Print all the entries exactly.
_ _ _
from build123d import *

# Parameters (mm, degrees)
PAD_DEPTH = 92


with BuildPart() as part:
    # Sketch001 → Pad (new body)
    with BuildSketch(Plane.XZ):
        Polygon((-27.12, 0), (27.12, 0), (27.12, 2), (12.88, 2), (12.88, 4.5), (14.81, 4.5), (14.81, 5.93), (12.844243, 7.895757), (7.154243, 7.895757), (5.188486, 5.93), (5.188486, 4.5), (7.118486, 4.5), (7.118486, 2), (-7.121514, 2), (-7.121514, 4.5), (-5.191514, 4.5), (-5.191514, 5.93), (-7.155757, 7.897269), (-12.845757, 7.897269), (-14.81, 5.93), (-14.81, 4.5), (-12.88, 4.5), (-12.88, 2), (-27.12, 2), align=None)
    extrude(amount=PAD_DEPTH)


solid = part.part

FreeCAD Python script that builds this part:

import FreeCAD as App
import Part
import Sketcher


def add_polygon(sketch, points):
    """Adds a closed chain of lines whose ends are joined by coincident constraints."""
    first, n = sketch.GeometryCount, len(points)
    for a, b in zip(points, points[1:] + points[:1]):
        sketch.addGeometry(Part.LineSegment(App.Vector(*a, 0), App.Vector(*b, 0)), False)
    for i in range(n):
        sketch.addConstraint(Sketcher.Constraint("Coincident", first + i, 2, first + (i + 1) % n, 1))

doc = App.newDocument("Part")
body = doc.addObject("PartDesign::Body", "Body")

sketch1 = body.newObject("Sketcher::SketchObject", "Sketch")
sketch1.AttachmentSupport = (doc.getObject("XZ_Plane"), [""])
sketch1.MapMode = "FlatFace"
add_polygon(sketch1, [(-27.1, 0), (27.1, 0), (27.1, 2), (12.9, 2), (12.9, 4.5), (14.8, 4.5), (14.8, 5.9), (12.8, 7.9), (7.2, 7.9), (5.2, 5.9), (5.2, 4.5), (7.1, 4.5), (7.1, 2), (-7.1, 2), (-7.1, 4.5), (-5.2, 4.5), (-5.2, 5.9), (-7.2, 7.9), (-12.8, 7.9), (-14.8, 5.9), (-14.8, 4.5), (-12.9, 4.5), (-12.9, 2), (-27.1, 2)])
sketch1.addConstraint([
    Sketcher.Constraint("Horizontal", 0),
    Sketcher.Constraint("Vertical", 1),
    Sketcher.Constraint("Horizontal", 2),
    Sketcher.Constraint("Vertical", 3),
    Sketcher.Constraint("Horizontal", 4),
    Sketcher.Constraint("Vertical", 5),
    Sketcher.Constraint("Horizontal", 7),
    Sketcher.Constraint("Vertical", 9),
    Sketcher.Constraint("Horizontal", 10),
    Sketcher.Constraint("Vertical", 11),
    Sketcher.Constraint("Horizontal", 12),
    Sketcher.Constraint("Vertical", 13),
    Sketcher.Constraint("Horizontal", 14),
    Sketcher.Constraint("Vertical", 15),
    Sketcher.Constraint("Horizontal", 17),
    Sketcher.Constraint("Vertical", 19),
    Sketcher.Constraint("Horizontal", 20),
    Sketcher.Constraint("Vertical", 21),
    Sketcher.Constraint("Horizontal", 22),
    Sketcher.Constraint("Vertical", 23),
    Sketcher.Constraint("Symmetric", 0, 2, 23, 2, -1, 1),
    Sketcher.Constraint("Symmetric", 5, 2, 18, 2, -2),
    Sketcher.Constraint("Symmetric", 3, 2, 20, 2, -2),
    Sketcher.Constraint("Perpendicular", 6, 8),
    Sketcher.Constraint("Horizontal", 5, 2, 8, 2),
    Sketcher.Constraint("Horizontal", 4, 2, 9, 2),
    Sketcher.Constraint("Horizontal", 2, 2, 11, 2),
    Sketcher.Constraint("Horizontal", 10, 2, 13, 2),
    Sketcher.Constraint("Horizontal", 8, 2, 15, 2),
    Sketcher.Constraint("Horizontal", 12, 2, 21, 2),
    Sketcher.Constraint("Equal", 4, 10),
    Sketcher.Constraint("Equal", 2, 12),
    Sketcher.Constraint("Equal", 10, 14),
    Sketcher.Constraint("Equal", 7, 17),
    Sketcher.Constraint("Equal", 6, 8),
    Sketcher.Constraint("Equal", 8, 16),
    Sketcher.Constraint("Equal", 16, 18),
    Sketcher.Constraint("DistanceY", 1, 1, 1, 2, 2.0),
    Sketcher.Constraint("DistanceY", 3, 1, 3, 2, 2.5),
    Sketcher.Constraint("DistanceX", 0, 1, 0, 2, 54.24),
    Sketcher.Constraint("DistanceX", 2, 2, 2, 1, 14.24),
    Sketcher.Constraint("DistanceX", 4, 1, 4, 2, 1.93),
    Sketcher.Constraint("DistanceX", 7, 2, 7, 1, 5.69),
    Sketcher.Constraint("DistanceY", 5, 1, 5, 2, 1.43),
    Sketcher.Constraint("Distance", 6, 2.78),
])
pad1 = body.newObject("PartDesign::Pad", "Pad")
pad1.Profile = sketch1
pad1.Length = 92

doc.recompute()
_ _ _
Reply to the exercise
from build123d import *

# Parameters (mm, degrees)
PAD_DEPTH = 92


with BuildPart() as part:
    # Sketch001 → Pad (new body)
    with BuildSketch(Plane.XZ):
        Polygon((-27.12, 0), (27.12, 0), (27.12, 2), (12.88, 2), (12.88, 4.5), (14.81, 4.5), (14.81, 5.93), (12.844243, 7.895757), (7.154243, 7.895757), (5.188486, 5.93), (5.188486, 4.5), (7.118486, 4.5), (7.118486, 2), (-7.121514, 2), (-7.121514, 4.5), (-5.191514, 4.5), (-5.191514, 5.93), (-7.155757, 7.897269), (-12.845757, 7.897269), (-14.81, 5.93), (-14.81, 4.5), (-12.88, 4.5), (-12.88, 2), (-27.12, 2), align=None)
    extrude(amount=PAD_DEPTH)


solid = part.part

FreeCAD Python script that builds this part:

import FreeCAD as App
import Part
import Sketcher


def add_polygon(sketch, points):
    """Adds a closed chain of lines whose ends are joined by coincident constraints."""
    first, n = sketch.GeometryCount, len(points)
    for a, b in zip(points, points[1:] + points[:1]):
        sketch.addGeometry(Part.LineSegment(App.Vector(*a, 0), App.Vector(*b, 0)), False)
    for i in range(n):
        sketch.addConstraint(Sketcher.Constraint("Coincident", first + i, 2, first + (i + 1) % n, 1))

doc = App.newDocument("Part")
body = doc.addObject("PartDesign::Body", "Body")

sketch1 = body.newObject("Sketcher::SketchObject", "Sketch")
sketch1.AttachmentSupport = (doc.getObject("XZ_Plane"), [""])
sketch1.MapMode = "FlatFace"
add_polygon(sketch1, [(-27.1, 0), (27.1, 0), (27.1, 2), (12.9, 2), (12.9, 4.5), (14.8, 4.5), (14.8, 5.9), (12.8, 7.9), (7.2, 7.9), (5.2, 5.9), (5.2, 4.5), (7.1, 4.5), (7.1, 2), (-7.1, 2), (-7.1, 4.5), (-5.2, 4.5), (-5.2, 5.9), (-7.2, 7.9), (-12.8, 7.9), (-14.8, 5.9), (-14.8, 4.5), (-12.9, 4.5), (-12.9, 2), (-27.1, 2)])
sketch1.addConstraint([
    Sketcher.Constraint("Horizontal", 0),
    Sketcher.Constraint("Vertical", 1),
    Sketcher.Constraint("Horizontal", 2),
    Sketcher.Constraint("Vertical", 3),
    Sketcher.Constraint("Horizontal", 4),
    Sketcher.Constraint("Vertical", 5),
    Sketcher.Constraint("Horizontal", 7),
    Sketcher.Constraint("Vertical", 9),
    Sketcher.Constraint("Horizontal", 10),
    Sketcher.Constraint("Vertical", 11),
    Sketcher.Constraint("Horizontal", 12),
    Sketcher.Constraint("Vertical", 13),
    Sketcher.Constraint("Horizontal", 14),
    Sketcher.Constraint("Vertical", 15),
    Sketcher.Constraint("Horizontal", 17),
    Sketcher.Constraint("Vertical", 19),
    Sketcher.Constraint("Horizontal", 20),
    Sketcher.Constraint("Vertical", 21),
    Sketcher.Constraint("Horizontal", 22),
    Sketcher.Constraint("Vertical", 23),
    Sketcher.Constraint("Symmetric", 0, 2, 23, 2, -1, 1),
    Sketcher.Constraint("Symmetric", 5, 2, 18, 2, -2),
    Sketcher.Constraint("Symmetric", 3, 2, 20, 2, -2),
    Sketcher.Constraint("Perpendicular", 6, 8),
    Sketcher.Constraint("Horizontal", 5, 2, 8, 2),
    Sketcher.Constraint("Horizontal", 4, 2, 9, 2),
    Sketcher.Constraint("Horizontal", 2, 2, 11, 2),
    Sketcher.Constraint("Horizontal", 10, 2, 13, 2),
    Sketcher.Constraint("Horizontal", 8, 2, 15, 2),
    Sketcher.Constraint("Horizontal", 12, 2, 21, 2),
    Sketcher.Constraint("Equal", 4, 10),
    Sketcher.Constraint("Equal", 2, 12),
    Sketcher.Constraint("Equal", 10, 14),
    Sketcher.Constraint("Equal", 7, 17),
    Sketcher.Constraint("Equal", 6, 8),
    Sketcher.Constraint("Equal", 8, 16),
    Sketcher.Constraint("Equal", 16, 18),
    Sketcher.Constraint("DistanceY", 1, 1, 1, 2, 2.0),
    Sketcher.Constraint("DistanceY", 3, 1, 3, 2, 2.5),
    Sketcher.Constraint("DistanceX", 0, 1, 0, 2, 54.24),
    Sketcher.Constraint("DistanceX", 2, 2, 2, 1, 14.24),
    Sketcher.Constraint("DistanceX", 4, 1, 4, 2, 1.93),
    Sketcher.Constraint("DistanceX", 7, 2, 7, 1, 5.69),
    Sketcher.Constraint("DistanceY", 5, 1, 5, 2, 1.43),
    Sketcher.Constraint("Distance", 6, 2.78),
])
pad1 = body.newObject("PartDesign::Pad", "Pad")
pad1.Profile = sketch1
pad1.Length = 92

doc.recompute()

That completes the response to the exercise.